散场时,江叙坚持要送温阮回家。两人并肩走在安静的巷子里,只有脚步声和偶尔的虫鸣。温阮的心跳还没平复,总觉得刚才江叙的话还在耳边回响,像首单曲循环的歌。
“到了。”江叙在温阮家楼下停下脚步,路灯的光落在他白衬衫的领口,那里还别着温阮早上给他戴的胸针——是枚小小的香樟叶,和他送的书签正好配对。

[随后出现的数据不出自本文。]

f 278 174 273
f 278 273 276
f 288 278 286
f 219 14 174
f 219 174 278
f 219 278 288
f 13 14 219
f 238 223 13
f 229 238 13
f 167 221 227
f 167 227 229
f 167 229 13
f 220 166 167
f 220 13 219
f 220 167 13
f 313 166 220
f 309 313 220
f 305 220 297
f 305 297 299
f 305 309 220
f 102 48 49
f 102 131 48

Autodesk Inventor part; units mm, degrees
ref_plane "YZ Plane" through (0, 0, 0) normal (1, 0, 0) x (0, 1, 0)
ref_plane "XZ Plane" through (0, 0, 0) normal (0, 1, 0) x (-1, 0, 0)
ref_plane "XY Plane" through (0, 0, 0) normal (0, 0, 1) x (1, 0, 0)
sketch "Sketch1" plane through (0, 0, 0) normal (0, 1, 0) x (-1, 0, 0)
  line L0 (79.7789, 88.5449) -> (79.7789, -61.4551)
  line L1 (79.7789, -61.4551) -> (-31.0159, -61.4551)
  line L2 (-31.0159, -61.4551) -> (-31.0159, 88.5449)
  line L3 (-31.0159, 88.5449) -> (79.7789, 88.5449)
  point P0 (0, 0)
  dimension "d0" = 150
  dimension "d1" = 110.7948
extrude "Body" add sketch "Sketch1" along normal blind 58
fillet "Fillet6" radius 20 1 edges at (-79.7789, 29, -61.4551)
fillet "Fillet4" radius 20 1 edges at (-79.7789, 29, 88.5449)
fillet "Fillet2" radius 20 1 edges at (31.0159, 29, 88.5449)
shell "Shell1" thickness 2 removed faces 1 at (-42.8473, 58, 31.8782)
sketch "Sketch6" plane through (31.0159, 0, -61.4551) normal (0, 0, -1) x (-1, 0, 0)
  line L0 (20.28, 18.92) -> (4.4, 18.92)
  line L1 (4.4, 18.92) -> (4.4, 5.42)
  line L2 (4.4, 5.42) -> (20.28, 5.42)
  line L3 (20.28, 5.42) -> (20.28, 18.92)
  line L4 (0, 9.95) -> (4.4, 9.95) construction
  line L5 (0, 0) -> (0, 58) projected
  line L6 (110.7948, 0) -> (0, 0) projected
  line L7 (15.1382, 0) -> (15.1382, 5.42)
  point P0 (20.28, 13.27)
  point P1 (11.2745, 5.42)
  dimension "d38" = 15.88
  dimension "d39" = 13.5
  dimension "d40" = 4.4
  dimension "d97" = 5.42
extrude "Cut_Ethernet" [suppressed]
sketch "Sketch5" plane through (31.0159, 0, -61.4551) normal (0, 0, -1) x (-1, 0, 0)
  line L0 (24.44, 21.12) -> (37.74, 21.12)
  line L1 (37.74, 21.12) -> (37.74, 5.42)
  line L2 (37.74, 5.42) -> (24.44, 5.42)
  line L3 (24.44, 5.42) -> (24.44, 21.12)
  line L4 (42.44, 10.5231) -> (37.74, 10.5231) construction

“嗯。”温阮点点头,却没立刻上楼,只是看着他,像有说不完的话。
江叙笑了,伸手替他理了理被风吹乱的刘海:“上去吧,早点睡。”他顿了顿,补充道,“盒子里的东西,记得戴上。”
温阮的脸又红了,点点头,转身往楼上跑。跑到二楼时,他忍不住停下脚步,趴在栏杆上往下看——江叙还站在楼下,抬头望着他的方向,像尊不会动的石像。看到他探出头,江叙朝他挥了挥手,唇角的笑意比路灯还亮。
温阮也朝他挥了挥手,转身跑进了楼道。回到家,他关上门,靠在门板上,心脏还在疯狂跳动。他小心翼翼地掏出那个小盒子,深吸一口气,打开了它。

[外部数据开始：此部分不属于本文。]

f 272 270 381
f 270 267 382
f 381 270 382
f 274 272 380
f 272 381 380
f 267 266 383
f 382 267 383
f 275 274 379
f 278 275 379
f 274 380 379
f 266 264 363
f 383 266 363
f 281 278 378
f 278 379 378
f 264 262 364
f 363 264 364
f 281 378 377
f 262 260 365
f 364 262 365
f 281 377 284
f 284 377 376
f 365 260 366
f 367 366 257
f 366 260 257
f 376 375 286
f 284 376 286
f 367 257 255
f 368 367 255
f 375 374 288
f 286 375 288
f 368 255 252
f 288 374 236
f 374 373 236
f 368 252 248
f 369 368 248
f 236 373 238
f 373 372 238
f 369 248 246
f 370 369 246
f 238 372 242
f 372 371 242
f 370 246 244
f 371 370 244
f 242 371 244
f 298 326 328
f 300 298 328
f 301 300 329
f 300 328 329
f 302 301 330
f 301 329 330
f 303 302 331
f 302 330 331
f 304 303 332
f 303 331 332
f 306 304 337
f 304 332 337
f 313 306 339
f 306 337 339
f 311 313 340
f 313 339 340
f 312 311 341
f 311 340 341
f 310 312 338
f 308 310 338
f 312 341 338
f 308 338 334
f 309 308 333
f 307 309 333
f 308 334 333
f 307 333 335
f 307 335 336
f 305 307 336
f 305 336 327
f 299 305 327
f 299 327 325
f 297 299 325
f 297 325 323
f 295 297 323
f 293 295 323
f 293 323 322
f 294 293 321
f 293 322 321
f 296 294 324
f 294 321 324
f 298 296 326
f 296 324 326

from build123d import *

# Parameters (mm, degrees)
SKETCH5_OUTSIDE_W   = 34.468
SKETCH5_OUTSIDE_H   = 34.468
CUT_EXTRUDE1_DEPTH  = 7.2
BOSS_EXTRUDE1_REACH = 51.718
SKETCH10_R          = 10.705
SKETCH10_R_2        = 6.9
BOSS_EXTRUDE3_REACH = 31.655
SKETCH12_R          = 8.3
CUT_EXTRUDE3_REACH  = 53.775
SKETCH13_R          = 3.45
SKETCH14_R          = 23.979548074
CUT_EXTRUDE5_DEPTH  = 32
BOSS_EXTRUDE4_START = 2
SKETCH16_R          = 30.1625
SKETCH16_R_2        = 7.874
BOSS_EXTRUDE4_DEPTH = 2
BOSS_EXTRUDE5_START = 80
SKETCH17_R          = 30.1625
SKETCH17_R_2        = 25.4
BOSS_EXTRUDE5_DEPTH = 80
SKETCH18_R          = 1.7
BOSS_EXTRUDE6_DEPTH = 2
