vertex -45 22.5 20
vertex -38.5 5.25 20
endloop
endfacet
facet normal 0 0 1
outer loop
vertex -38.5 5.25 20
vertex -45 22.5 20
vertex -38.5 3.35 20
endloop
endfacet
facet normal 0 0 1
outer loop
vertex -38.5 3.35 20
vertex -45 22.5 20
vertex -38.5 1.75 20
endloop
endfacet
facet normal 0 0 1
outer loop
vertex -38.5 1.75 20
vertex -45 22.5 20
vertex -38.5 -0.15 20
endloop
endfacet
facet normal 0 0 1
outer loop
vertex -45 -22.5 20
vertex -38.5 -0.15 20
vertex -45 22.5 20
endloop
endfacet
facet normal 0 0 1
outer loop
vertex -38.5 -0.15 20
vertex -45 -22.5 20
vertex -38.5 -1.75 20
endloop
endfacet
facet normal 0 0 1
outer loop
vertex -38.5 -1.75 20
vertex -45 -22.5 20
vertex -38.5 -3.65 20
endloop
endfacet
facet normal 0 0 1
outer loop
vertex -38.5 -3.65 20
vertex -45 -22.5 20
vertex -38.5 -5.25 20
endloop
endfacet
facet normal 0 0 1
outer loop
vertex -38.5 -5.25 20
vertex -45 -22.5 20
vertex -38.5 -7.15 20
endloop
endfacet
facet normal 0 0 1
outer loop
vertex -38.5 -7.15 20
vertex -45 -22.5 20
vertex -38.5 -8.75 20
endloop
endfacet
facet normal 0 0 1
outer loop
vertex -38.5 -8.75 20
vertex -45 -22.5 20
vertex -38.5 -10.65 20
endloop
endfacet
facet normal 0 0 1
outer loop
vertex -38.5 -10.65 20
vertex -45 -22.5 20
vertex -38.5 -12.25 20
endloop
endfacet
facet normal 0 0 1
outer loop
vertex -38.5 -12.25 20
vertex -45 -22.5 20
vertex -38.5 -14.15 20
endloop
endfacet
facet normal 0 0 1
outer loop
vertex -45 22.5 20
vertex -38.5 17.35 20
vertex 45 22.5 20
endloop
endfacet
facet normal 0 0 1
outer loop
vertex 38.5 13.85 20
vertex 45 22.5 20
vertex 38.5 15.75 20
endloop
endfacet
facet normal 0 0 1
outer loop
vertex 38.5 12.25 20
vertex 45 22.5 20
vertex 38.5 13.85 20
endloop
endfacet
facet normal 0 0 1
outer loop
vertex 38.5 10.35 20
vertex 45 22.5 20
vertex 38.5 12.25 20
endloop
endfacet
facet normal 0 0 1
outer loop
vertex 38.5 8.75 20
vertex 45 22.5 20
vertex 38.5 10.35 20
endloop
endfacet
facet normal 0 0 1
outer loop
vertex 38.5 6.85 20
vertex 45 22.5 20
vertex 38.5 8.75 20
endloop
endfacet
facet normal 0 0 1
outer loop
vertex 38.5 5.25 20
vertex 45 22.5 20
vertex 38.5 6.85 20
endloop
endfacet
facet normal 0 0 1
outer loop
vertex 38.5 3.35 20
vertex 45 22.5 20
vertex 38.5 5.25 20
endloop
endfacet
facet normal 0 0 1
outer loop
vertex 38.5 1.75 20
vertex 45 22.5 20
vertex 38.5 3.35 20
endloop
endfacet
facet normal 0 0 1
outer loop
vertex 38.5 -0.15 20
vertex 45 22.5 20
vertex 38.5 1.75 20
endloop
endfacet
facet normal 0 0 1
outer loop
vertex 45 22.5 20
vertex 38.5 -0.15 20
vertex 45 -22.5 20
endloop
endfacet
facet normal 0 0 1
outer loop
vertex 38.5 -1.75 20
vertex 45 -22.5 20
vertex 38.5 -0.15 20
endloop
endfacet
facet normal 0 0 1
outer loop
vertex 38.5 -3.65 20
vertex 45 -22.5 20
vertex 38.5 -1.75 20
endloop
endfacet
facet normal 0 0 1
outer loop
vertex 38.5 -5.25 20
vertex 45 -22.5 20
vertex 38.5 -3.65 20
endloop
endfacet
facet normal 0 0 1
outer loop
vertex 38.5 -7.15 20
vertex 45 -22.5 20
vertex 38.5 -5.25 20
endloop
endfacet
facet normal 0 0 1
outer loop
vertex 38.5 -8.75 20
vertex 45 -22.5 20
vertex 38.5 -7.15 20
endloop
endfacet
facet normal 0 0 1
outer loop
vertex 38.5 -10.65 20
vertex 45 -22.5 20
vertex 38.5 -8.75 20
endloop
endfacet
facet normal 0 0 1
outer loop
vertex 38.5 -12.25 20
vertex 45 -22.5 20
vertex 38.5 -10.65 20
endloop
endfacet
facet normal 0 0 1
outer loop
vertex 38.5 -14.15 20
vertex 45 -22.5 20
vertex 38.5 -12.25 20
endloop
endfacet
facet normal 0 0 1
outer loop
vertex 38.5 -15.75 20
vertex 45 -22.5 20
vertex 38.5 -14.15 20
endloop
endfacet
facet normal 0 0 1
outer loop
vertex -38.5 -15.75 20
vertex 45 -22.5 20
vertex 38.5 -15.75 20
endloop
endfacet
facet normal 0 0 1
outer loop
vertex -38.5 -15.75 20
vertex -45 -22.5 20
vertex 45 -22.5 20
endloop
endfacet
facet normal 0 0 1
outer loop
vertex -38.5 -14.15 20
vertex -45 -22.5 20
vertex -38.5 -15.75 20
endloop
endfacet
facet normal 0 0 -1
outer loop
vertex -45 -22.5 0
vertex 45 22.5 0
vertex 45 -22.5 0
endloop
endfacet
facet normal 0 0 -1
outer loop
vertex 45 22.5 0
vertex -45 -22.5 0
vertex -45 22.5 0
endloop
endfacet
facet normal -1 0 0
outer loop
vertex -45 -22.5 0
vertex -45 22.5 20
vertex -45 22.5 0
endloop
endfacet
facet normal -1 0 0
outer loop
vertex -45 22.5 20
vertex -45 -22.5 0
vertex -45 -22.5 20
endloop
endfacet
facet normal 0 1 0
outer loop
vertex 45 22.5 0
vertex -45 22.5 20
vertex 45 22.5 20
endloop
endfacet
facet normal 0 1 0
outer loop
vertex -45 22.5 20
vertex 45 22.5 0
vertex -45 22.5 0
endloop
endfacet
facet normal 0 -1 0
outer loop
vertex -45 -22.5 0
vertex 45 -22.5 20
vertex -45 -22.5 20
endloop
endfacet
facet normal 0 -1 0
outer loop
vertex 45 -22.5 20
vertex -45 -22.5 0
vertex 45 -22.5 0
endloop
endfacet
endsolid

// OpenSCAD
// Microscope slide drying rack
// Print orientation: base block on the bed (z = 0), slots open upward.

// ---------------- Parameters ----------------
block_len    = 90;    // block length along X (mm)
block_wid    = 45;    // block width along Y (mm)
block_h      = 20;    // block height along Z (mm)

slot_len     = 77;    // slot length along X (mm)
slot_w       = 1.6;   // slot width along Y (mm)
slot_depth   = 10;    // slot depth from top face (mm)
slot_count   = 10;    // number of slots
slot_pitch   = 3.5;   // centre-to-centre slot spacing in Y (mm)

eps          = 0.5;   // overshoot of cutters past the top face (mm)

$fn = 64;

里面不是戒指,是条细细的银链,吊坠是片小小的冷杉叶,和江叙送他的香樟叶书签正好凑成一对。叶尖镶嵌着颗小小的蓝宝石,在灯光下闪着细碎的光,像海南夜空的星星。
温阮拿起那条项链,指尖轻轻拂过那片冷杉叶,突然觉得眼眶有点发热。他走到镜子前,小心翼翼地把项链戴在脖子上,银链贴着皮肤,带着点微凉的暖意,吊坠正好落在锁骨的凹陷处,像个隐秘的印记。
窗外的月光透过窗帘缝隙照进来,落在项链上,泛着淡淡的光。温阮摸了摸那片小小的冷杉叶,仿佛还能闻到江叙身上熟悉的气息,听到他刚才那句笃定的“我也是”。
他知道,属于他们的故事,在这个带着火锅味的夜晚,又多了一页温柔的注脚。没有激烈的亲吻,没有滚烫的纠缠,却有着比任何亲密都更动人的约定——像那条项链,像那对书签,像冷杉与海盐柑橘,早已在彼此的生命里,刻下了无法磨灭的印记。